## INSTRUCTIONS FOR THE TASK
Your output should be the lines of the data that follow, reproduced exactly from the first through the line bearing "v -16.673 5 16.435".
<<<<
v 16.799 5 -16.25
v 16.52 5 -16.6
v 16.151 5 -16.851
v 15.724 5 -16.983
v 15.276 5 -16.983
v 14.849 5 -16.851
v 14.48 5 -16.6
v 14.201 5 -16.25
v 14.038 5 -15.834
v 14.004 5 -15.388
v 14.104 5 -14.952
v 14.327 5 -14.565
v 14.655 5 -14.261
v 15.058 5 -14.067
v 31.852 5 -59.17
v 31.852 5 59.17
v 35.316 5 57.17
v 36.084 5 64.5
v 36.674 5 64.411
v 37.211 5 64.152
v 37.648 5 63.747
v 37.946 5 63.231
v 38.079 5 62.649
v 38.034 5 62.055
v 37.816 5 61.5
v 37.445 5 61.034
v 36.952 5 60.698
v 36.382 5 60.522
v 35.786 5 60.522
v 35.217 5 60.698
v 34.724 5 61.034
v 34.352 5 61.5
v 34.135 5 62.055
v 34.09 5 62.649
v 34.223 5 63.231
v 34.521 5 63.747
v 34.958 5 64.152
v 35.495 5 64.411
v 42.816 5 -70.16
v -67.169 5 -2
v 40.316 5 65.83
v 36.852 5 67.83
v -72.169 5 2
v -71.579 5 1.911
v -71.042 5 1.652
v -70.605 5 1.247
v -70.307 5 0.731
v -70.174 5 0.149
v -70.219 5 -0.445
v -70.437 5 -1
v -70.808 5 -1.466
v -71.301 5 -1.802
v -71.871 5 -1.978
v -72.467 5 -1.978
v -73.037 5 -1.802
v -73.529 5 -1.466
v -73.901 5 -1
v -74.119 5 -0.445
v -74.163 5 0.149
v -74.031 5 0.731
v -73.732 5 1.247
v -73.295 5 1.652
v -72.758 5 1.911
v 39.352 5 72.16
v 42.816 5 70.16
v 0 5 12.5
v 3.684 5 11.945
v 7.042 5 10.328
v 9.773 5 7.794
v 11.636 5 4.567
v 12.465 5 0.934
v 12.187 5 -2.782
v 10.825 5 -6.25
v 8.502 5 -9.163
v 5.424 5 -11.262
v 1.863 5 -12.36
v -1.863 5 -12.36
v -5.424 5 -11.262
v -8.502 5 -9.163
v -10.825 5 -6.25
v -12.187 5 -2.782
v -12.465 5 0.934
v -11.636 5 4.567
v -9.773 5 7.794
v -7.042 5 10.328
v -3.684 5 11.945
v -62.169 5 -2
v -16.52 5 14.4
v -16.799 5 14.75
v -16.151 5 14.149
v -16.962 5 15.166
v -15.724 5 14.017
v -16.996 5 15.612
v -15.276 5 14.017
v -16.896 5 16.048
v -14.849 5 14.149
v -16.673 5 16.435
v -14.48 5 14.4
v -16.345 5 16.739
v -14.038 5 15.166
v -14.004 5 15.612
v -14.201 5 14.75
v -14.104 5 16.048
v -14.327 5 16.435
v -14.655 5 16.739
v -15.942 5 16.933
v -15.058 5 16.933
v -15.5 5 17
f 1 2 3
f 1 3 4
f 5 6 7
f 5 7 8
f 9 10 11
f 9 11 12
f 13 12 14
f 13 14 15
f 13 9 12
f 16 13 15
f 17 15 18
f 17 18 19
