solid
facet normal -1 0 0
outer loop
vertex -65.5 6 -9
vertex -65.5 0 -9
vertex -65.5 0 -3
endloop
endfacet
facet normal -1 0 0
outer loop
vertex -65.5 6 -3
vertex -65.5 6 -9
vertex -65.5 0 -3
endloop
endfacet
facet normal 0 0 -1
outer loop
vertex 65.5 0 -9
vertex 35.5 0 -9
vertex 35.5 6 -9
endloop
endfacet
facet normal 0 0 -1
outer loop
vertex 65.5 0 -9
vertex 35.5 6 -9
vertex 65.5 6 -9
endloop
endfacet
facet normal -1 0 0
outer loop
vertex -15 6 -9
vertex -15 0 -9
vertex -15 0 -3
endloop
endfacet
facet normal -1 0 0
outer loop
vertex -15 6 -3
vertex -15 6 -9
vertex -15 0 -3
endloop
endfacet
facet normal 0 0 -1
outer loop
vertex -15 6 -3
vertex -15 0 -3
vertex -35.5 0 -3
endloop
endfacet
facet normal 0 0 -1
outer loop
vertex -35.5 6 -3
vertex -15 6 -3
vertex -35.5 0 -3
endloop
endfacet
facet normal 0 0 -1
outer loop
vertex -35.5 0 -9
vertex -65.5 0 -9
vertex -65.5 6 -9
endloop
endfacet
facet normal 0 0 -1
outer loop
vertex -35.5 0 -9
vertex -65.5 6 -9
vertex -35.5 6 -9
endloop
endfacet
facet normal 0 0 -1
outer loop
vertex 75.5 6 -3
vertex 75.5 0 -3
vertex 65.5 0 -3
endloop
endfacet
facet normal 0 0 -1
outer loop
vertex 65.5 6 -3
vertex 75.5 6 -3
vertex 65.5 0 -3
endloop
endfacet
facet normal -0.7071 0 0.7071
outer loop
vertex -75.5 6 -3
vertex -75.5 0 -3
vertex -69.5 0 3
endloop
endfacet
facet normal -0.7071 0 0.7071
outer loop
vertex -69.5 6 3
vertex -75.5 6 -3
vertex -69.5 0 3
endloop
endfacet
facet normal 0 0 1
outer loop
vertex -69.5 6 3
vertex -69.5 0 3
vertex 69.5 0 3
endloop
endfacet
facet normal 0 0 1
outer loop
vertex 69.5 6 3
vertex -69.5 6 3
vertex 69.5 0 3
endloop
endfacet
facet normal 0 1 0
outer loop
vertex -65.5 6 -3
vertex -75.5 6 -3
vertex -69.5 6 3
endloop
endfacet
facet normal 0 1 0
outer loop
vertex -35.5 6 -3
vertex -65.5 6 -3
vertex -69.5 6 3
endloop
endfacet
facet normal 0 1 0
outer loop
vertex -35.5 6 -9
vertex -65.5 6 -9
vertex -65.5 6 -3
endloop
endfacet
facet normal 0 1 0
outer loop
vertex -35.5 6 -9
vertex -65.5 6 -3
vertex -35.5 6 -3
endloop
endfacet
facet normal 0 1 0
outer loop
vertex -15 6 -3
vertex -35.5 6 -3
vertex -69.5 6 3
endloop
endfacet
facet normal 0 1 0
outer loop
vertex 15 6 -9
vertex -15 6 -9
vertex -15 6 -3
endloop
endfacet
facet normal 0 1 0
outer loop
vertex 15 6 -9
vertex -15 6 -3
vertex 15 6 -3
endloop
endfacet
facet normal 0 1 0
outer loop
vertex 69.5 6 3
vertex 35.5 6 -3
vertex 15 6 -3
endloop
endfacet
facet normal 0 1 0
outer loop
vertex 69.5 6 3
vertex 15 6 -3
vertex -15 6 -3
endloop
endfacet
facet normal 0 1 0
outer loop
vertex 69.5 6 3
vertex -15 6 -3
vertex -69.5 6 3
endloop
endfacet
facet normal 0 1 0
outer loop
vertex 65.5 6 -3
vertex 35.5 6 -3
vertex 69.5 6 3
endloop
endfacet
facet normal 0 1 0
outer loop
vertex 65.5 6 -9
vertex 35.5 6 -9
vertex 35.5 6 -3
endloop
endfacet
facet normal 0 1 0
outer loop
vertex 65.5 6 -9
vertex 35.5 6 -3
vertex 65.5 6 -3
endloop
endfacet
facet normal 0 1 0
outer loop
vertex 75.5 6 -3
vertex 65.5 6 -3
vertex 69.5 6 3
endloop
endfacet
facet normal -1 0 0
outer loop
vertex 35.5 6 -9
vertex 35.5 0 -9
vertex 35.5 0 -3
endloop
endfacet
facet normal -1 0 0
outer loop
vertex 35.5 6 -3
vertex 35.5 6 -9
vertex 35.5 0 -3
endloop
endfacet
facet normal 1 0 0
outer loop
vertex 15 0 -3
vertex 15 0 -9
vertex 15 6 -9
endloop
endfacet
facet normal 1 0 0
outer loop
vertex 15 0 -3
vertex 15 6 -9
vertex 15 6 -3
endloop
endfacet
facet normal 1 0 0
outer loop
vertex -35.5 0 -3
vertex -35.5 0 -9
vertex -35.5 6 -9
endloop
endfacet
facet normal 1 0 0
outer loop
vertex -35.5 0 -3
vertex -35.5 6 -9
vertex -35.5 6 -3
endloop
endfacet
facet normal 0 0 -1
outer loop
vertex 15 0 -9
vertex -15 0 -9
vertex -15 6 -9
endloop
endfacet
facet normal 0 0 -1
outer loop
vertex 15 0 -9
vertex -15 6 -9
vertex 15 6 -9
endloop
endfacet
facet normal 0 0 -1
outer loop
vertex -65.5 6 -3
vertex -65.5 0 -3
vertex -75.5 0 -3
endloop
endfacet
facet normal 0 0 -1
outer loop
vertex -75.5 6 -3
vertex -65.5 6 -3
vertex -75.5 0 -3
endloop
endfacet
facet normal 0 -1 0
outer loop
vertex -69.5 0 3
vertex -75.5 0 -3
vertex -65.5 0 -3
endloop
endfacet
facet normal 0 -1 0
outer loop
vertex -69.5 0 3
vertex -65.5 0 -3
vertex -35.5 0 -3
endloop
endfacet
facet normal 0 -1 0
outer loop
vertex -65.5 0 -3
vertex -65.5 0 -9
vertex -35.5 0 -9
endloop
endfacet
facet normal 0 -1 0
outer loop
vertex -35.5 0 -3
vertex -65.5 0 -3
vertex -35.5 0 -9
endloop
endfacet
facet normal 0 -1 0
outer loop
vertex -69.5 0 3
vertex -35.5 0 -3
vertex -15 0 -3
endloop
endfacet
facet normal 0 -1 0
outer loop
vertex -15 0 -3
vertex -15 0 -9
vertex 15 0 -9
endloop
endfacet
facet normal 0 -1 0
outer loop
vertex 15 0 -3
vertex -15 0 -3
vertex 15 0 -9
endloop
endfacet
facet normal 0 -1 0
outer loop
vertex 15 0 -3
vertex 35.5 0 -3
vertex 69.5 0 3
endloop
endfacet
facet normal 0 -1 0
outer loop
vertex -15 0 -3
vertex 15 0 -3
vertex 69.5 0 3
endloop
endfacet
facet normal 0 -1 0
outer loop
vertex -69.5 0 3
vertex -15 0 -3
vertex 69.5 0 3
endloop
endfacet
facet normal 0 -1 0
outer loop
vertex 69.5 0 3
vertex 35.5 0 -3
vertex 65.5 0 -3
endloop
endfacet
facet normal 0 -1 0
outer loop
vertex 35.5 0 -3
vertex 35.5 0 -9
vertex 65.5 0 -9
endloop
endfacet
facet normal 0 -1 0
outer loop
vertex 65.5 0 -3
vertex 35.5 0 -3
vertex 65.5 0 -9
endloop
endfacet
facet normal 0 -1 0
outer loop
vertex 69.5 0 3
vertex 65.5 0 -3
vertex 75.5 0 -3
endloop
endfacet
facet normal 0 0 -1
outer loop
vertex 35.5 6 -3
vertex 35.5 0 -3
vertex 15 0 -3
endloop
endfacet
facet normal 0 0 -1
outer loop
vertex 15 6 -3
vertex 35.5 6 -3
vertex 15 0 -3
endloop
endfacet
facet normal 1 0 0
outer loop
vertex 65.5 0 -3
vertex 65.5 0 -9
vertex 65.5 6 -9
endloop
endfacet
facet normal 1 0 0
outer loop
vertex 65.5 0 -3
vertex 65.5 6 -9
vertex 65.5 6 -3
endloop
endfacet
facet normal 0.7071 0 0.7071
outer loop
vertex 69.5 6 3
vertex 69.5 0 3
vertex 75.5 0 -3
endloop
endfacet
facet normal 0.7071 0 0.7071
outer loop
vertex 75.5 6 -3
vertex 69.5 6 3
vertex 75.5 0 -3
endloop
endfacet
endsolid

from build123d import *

# Parameters (mm, degrees)
BOSS_EXTRUDE1_DEPTH = 6
SKETCH3_W           = 30
SKETCH3_H           = 6
BOSS_EXTRUDE2_DEPTH = 6


with BuildPart() as part:
    # Sketch1 → Boss-Extrude1 (new body)
    with BuildSketch(Plane(origin=(0, 0, 0), x_dir=(1, 0, 0), z_dir=(0, 1, 0))):
        Polygon((75.5, 3), (-75.5, 3), (-69.5, -3), (69.5, -3), align=None)
    extrude(amount=BOSS_EXTRUDE1_DEPTH)

    # Sketch3 → Boss-Extrude2 (add)
    with BuildSketch(Plane.XZ):
        with Locations((50.5, -6)):
            Rectangle(SKETCH3_W, SKETCH3_H)
        with Locations((0, -6)):
            Rectangle(SKETCH3_W, SKETCH3_H)
        with Locations((-50.5, -6)):
            Rectangle(SKETCH3_W, SKETCH3_H)
    extrude(amount=-BOSS_EXTRUDE2_DEPTH)


solid = part.part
>>>>
## ANSWER BOX
v 16.799 5 -16.25
v 16.52 5 -16.6
v 16.151 5 -16.851
v 15.724 5 -16.983
v 15.276 5 -16.983
v 14.849 5 -16.851
v 14.48 5 -16.6
v 14.201 5 -16.25
v 14.038 5 -15.834
v 14.004 5 -15.388
v 14.104 5 -14.952
v 14.327 5 -14.565
v 14.655 5 -14.261
v 15.058 5 -14.067
v 31.852 5 -59.17
v 31.852 5 59.17
v 35.316 5 57.17
v 36.084 5 64.5
v 36.674 5 64.411
v 37.211 5 64.152
v 37.648 5 63.747
v 37.946 5 63.231
v 38.079 5 62.649
v 38.034 5 62.055
v 37.816 5 61.5
v 37.445 5 61.034
v 36.952 5 60.698
v 36.382 5 60.522
v 35.786 5 60.522
v 35.217 5 60.698
v 34.724 5 61.034
v 34.352 5 61.5
v 34.135 5 62.055
v 34.09 5 62.649
v 34.223 5 63.231
v 34.521 5 63.747
v 34.958 5 64.152
v 35.495 5 64.411
v 42.816 5 -70.16
v -67.169 5 -2
v 40.316 5 65.83
v 36.852 5 67.83
v -72.169 5 2
v -71.579 5 1.911
v -71.042 5 1.652
v -70.605 5 1.247
v -70.307 5 0.731
v -70.174 5 0.149
v -70.219 5 -0.445
v -70.437 5 -1
v -70.808 5 -1.466
v -71.301 5 -1.802
v -71.871 5 -1.978
v -72.467 5 -1.978
v -73.037 5 -1.802
v -73.529 5 -1.466
v -73.901 5 -1
v -74.119 5 -0.445
v -74.163 5 0.149
v -74.031 5 0.731
v -73.732 5 1.247
v -73.295 5 1.652
v -72.758 5 1.911
v 39.352 5 72.16
v 42.816 5 70.16
v 0 5 12.5
v 3.684 5 11.945
v 7.042 5 10.328
v 9.773 5 7.794
v 11.636 5 4.567
v 12.465 5 0.934
v 12.187 5 -2.782
v 10.825 5 -6.25
v 8.502 5 -9.163
v 5.424 5 -11.262
v 1.863 5 -12.36
v -1.863 5 -12.36
v -5.424 5 -11.262
v -8.502 5 -9.163
v -10.825 5 -6.25
v -12.187 5 -2.782
v -12.465 5 0.934
v -11.636 5 4.567
v -9.773 5 7.794
v -7.042 5 10.328
v -3.684 5 11.945
v -62.169 5 -2
v -16.52 5 14.4
v -16.799 5 14.75
v -16.151 5 14.149
v -16.962 5 15.166
v -15.724 5 14.017
v -16.996 5 15.612
v -15.276 5 14.017
v -16.896 5 16.048
v -14.849 5 14.149
v -16.673 5 16.435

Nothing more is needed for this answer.